-- Supplied records follows --

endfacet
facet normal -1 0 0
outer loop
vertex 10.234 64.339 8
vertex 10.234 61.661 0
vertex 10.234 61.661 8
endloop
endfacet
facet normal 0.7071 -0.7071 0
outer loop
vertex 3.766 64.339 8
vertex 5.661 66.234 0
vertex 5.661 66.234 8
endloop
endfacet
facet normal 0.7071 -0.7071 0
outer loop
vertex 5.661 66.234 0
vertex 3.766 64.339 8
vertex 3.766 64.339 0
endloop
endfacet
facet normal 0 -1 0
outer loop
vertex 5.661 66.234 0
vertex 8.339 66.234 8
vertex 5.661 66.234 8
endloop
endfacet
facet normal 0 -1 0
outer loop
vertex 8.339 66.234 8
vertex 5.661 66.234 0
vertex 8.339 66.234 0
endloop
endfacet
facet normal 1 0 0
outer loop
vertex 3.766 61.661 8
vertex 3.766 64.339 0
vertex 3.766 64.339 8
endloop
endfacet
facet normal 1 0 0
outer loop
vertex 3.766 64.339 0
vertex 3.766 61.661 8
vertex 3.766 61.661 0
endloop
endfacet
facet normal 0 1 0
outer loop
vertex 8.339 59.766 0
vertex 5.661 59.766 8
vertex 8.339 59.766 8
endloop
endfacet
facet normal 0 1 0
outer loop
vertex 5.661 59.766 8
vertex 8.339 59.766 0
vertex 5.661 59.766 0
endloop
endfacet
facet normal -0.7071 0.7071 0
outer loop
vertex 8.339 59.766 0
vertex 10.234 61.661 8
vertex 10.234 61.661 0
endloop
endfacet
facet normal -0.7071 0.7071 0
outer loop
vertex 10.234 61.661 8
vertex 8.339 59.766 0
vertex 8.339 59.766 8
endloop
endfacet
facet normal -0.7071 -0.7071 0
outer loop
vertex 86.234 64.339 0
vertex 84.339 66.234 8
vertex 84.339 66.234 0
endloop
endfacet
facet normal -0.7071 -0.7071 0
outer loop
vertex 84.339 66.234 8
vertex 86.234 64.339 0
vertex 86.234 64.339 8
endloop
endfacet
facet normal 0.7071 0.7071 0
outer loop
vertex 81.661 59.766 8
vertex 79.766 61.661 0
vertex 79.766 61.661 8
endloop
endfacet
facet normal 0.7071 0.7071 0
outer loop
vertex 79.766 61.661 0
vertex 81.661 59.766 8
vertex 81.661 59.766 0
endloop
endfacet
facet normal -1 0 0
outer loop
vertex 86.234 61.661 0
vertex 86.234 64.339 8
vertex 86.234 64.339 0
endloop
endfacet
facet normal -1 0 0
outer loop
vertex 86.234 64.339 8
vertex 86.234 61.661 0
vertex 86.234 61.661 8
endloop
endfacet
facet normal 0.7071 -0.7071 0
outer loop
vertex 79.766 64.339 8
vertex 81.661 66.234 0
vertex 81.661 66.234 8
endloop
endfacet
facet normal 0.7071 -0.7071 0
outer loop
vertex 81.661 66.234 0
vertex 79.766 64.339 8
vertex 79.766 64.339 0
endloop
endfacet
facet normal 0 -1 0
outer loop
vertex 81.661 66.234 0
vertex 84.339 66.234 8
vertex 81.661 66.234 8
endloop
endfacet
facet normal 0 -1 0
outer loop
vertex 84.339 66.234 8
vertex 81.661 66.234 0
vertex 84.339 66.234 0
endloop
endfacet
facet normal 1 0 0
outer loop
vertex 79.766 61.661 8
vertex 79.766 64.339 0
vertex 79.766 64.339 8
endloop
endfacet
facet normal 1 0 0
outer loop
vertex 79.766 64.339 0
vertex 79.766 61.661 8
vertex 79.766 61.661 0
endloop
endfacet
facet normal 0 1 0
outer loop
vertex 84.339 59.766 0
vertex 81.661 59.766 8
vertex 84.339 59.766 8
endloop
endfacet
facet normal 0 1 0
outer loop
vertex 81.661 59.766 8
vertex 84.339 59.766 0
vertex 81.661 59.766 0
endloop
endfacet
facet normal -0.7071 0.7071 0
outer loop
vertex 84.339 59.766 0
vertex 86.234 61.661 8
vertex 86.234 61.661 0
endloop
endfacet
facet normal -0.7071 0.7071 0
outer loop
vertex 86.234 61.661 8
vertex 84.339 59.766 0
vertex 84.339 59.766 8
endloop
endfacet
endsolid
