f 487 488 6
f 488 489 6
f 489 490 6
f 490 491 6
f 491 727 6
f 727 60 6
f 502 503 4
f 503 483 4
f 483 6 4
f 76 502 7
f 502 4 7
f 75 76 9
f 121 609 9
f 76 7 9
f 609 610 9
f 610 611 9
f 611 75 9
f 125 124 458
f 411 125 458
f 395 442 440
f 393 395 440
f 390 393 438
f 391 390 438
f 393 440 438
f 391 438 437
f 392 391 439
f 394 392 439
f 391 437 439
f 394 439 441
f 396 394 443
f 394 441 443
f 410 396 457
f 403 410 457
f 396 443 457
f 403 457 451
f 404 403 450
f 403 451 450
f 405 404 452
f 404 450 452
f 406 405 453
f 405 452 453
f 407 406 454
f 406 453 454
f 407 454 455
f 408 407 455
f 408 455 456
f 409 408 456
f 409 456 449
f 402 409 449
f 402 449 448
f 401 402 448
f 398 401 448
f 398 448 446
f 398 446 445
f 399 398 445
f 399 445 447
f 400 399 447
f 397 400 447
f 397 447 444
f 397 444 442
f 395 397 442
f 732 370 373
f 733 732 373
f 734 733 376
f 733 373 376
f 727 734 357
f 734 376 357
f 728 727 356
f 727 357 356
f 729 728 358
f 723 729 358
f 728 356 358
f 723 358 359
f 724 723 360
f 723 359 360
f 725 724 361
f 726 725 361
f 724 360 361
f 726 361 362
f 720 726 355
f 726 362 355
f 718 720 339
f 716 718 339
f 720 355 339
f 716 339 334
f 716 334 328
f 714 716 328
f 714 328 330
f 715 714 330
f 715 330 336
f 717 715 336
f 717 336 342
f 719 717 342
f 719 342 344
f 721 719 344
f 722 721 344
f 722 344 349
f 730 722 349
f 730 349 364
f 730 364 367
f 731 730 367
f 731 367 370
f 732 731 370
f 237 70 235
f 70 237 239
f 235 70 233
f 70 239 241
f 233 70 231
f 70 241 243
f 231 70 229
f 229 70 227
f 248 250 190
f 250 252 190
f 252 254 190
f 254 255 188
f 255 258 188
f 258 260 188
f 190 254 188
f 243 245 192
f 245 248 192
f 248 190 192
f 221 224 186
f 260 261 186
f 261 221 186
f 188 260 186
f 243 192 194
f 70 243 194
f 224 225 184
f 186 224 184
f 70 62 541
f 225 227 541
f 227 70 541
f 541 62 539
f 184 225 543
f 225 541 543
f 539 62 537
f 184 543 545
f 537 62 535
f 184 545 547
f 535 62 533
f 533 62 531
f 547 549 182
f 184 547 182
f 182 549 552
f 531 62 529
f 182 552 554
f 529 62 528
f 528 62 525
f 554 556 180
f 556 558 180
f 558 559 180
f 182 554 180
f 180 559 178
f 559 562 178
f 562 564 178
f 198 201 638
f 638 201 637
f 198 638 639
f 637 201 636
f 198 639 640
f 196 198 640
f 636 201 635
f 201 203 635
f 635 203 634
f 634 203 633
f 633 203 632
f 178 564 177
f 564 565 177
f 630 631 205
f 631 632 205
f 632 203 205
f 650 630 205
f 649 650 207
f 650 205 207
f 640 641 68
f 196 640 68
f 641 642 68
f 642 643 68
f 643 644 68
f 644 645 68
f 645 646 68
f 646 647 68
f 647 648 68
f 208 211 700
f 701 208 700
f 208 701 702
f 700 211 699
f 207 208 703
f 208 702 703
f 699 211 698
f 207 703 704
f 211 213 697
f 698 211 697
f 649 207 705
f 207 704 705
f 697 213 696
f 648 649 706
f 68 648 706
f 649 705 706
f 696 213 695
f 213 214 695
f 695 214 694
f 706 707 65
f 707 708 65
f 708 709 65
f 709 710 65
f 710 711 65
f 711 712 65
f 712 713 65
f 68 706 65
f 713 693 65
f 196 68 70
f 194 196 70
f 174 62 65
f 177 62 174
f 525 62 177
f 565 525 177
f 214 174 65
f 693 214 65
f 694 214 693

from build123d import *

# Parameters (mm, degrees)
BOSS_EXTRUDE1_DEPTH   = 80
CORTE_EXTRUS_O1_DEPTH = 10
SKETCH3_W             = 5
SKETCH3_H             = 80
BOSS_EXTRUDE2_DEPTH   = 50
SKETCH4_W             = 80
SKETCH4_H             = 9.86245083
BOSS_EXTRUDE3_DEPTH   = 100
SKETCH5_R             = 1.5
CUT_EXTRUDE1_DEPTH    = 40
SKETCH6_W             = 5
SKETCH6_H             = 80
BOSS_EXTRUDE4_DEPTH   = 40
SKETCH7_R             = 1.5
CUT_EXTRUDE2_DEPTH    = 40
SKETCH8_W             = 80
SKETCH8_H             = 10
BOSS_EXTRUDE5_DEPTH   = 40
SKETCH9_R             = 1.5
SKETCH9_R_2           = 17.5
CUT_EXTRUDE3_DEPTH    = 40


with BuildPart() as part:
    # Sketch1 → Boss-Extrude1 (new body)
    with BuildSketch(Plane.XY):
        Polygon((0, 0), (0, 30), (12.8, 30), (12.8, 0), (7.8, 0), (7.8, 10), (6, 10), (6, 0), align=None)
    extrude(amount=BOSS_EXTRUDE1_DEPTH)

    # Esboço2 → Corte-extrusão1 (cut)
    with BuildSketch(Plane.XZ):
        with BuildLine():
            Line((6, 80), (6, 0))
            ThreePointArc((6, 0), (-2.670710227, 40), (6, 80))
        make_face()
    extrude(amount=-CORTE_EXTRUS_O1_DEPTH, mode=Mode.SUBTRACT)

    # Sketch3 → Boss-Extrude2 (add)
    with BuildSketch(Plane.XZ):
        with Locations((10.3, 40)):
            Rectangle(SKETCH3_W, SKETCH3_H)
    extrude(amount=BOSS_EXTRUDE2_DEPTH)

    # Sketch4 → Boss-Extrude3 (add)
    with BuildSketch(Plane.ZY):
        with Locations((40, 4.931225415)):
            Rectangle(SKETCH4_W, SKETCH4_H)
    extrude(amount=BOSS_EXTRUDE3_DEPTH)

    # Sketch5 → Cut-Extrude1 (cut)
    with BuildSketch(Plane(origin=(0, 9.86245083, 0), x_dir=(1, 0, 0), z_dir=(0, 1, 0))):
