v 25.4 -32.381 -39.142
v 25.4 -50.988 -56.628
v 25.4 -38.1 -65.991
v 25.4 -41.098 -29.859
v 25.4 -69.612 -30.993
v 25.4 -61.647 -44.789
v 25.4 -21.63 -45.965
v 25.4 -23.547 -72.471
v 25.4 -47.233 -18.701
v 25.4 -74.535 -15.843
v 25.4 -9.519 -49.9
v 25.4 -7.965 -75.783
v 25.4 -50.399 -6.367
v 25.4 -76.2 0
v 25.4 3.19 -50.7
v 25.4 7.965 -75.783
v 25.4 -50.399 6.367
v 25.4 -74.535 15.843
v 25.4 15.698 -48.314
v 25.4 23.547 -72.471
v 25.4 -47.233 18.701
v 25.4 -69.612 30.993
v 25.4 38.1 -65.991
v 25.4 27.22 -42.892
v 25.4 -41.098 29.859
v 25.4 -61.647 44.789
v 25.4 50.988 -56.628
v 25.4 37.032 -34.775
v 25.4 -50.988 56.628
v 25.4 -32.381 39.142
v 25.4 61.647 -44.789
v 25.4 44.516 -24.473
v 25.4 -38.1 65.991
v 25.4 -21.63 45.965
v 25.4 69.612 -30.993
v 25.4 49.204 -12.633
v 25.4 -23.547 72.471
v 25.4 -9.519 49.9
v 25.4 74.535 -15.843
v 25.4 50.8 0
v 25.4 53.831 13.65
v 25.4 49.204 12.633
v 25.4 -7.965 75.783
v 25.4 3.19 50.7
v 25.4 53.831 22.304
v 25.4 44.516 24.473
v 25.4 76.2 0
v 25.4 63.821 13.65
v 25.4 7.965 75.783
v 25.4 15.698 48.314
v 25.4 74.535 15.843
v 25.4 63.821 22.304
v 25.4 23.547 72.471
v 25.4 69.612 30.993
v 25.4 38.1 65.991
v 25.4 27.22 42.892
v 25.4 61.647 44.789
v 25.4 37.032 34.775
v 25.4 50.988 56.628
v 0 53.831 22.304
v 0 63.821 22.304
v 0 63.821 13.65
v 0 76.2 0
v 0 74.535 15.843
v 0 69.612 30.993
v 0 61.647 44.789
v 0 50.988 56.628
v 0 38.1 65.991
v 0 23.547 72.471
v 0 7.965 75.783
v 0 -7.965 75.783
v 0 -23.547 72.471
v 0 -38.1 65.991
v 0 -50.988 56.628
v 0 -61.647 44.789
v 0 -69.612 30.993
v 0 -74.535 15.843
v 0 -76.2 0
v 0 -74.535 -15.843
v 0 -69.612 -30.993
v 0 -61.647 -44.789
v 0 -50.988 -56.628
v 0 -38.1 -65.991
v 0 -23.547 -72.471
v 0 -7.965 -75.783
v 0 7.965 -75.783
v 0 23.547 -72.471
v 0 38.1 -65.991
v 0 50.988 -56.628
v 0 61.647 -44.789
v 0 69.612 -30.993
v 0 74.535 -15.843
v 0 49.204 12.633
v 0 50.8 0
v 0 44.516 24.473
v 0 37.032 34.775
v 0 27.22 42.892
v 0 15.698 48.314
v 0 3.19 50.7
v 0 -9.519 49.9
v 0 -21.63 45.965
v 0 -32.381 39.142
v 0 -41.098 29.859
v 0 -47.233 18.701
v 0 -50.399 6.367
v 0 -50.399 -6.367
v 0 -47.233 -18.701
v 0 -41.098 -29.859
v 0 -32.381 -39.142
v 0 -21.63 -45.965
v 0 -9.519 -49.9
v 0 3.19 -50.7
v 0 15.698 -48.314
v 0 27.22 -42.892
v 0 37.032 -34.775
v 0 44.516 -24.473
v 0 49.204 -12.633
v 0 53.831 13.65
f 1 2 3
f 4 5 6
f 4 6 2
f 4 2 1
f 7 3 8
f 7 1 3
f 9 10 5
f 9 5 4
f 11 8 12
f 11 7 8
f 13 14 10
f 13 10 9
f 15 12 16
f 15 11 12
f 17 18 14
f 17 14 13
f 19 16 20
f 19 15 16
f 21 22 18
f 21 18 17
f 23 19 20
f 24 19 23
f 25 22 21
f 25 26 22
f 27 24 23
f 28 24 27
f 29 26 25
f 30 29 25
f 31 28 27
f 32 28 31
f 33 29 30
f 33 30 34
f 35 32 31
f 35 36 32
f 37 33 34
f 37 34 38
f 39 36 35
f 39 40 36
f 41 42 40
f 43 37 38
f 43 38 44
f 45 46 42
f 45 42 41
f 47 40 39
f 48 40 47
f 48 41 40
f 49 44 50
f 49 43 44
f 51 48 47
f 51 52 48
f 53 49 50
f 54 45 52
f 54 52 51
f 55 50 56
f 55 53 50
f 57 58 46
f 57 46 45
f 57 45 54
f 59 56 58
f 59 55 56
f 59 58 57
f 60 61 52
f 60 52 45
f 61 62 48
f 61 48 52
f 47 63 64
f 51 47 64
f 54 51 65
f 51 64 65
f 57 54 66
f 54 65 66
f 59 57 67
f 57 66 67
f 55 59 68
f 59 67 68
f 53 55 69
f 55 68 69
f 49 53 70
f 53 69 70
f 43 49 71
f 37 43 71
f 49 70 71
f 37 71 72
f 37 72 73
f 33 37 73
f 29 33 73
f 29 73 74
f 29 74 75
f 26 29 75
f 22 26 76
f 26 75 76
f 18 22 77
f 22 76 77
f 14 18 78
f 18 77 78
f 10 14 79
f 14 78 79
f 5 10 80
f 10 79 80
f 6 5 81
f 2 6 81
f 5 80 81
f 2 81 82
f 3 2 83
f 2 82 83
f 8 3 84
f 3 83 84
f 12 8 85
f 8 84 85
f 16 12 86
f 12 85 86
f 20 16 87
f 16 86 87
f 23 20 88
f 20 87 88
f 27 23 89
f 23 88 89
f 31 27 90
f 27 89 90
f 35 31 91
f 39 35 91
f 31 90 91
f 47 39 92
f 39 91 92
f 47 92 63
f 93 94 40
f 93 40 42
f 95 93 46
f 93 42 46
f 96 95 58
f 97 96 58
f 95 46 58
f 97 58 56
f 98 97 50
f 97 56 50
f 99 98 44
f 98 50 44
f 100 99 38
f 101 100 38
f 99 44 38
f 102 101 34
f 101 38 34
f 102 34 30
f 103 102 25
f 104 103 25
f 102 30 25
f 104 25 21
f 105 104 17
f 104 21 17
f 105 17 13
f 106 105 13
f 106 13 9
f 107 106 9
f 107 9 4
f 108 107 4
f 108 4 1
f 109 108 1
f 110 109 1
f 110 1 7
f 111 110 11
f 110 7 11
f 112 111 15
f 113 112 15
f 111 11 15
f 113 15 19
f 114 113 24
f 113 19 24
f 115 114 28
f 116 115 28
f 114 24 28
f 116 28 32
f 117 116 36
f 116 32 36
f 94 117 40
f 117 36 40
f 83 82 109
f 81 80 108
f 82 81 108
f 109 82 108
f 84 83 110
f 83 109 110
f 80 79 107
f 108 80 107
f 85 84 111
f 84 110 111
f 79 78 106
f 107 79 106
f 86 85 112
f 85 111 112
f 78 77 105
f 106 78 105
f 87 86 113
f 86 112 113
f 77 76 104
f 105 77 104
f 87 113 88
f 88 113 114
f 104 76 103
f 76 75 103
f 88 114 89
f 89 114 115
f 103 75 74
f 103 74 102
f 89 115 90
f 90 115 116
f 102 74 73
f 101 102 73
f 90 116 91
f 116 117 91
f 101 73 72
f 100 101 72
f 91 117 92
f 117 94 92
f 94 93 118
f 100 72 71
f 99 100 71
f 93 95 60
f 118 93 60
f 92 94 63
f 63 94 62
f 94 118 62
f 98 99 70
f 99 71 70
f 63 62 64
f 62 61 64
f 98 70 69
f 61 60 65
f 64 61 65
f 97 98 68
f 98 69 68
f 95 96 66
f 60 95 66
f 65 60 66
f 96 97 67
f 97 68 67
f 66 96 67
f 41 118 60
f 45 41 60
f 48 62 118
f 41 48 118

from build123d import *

# Parameters (mm, degrees)
F0_R     = 76.2
F1_DEPTH = 25.4
F2_R     = 50.8
F3_DEPTH = 25.4
F4_W     = 9.9899098277
F4_H     = 8.6538987234
F5_DEPTH = 25.4


# Not quite as in the source:
# - a feature names something its author has since deleted; it is built from what else it names


with BuildPart() as f1:
    # F0 (on Right) → F1 (new body)
    with BuildSketch(Plane.YZ):
        Circle(F0_R)
    extrude(amount=F1_DEPTH)

    # F2 (on face) → F3 (cut)
    with BuildSketch(Plane.YZ.offset(25.4)):
        Circle(F2_R)
    extrude(amount=-F3_DEPTH, mode=Mode.SUBTRACT)

    # F4 (on face) → F5 (cut)
    with BuildSketch(Plane(origin=(0, 0, 0), x_dir=(0, -1, 0), z_dir=(-1, 0, 0))):
        with Locations((-58.8261894882, 17.9770062678)):
            Rectangle(F4_W, F4_H)
    extrude(amount=-F5_DEPTH, mode=Mode.SUBTRACT)


solid = f1.part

-- Supplied records concluded --

Look above for the line with "v 0 -23.547 -72.471" and the line with "v 0 -50.399 -6.367", and reproduce exactly those two lines plus every line between, nothing more.

| Written response |
v 0 -23.547 -72.471
v 0 -7.965 -75.783
v 0 7.965 -75.783
v 0 23.547 -72.471
v 0 38.1 -65.991
v 0 50.988 -56.628
v 0 61.647 -44.789
v 0 69.612 -30.993
v 0 74.535 -15.843
v 0 49.204 12.633
v 0 50.8 0
v 0 44.516 24.473
v 0 37.032 34.775
v 0 27.22 42.892
v 0 15.698 48.314
v 0 3.19 50.7
v 0 -9.519 49.9
v 0 -21.63 45.965
v 0 -32.381 39.142
v 0 -41.098 29.859
v 0 -47.233 18.701
v 0 -50.399 6.367
v 0 -50.399 -6.367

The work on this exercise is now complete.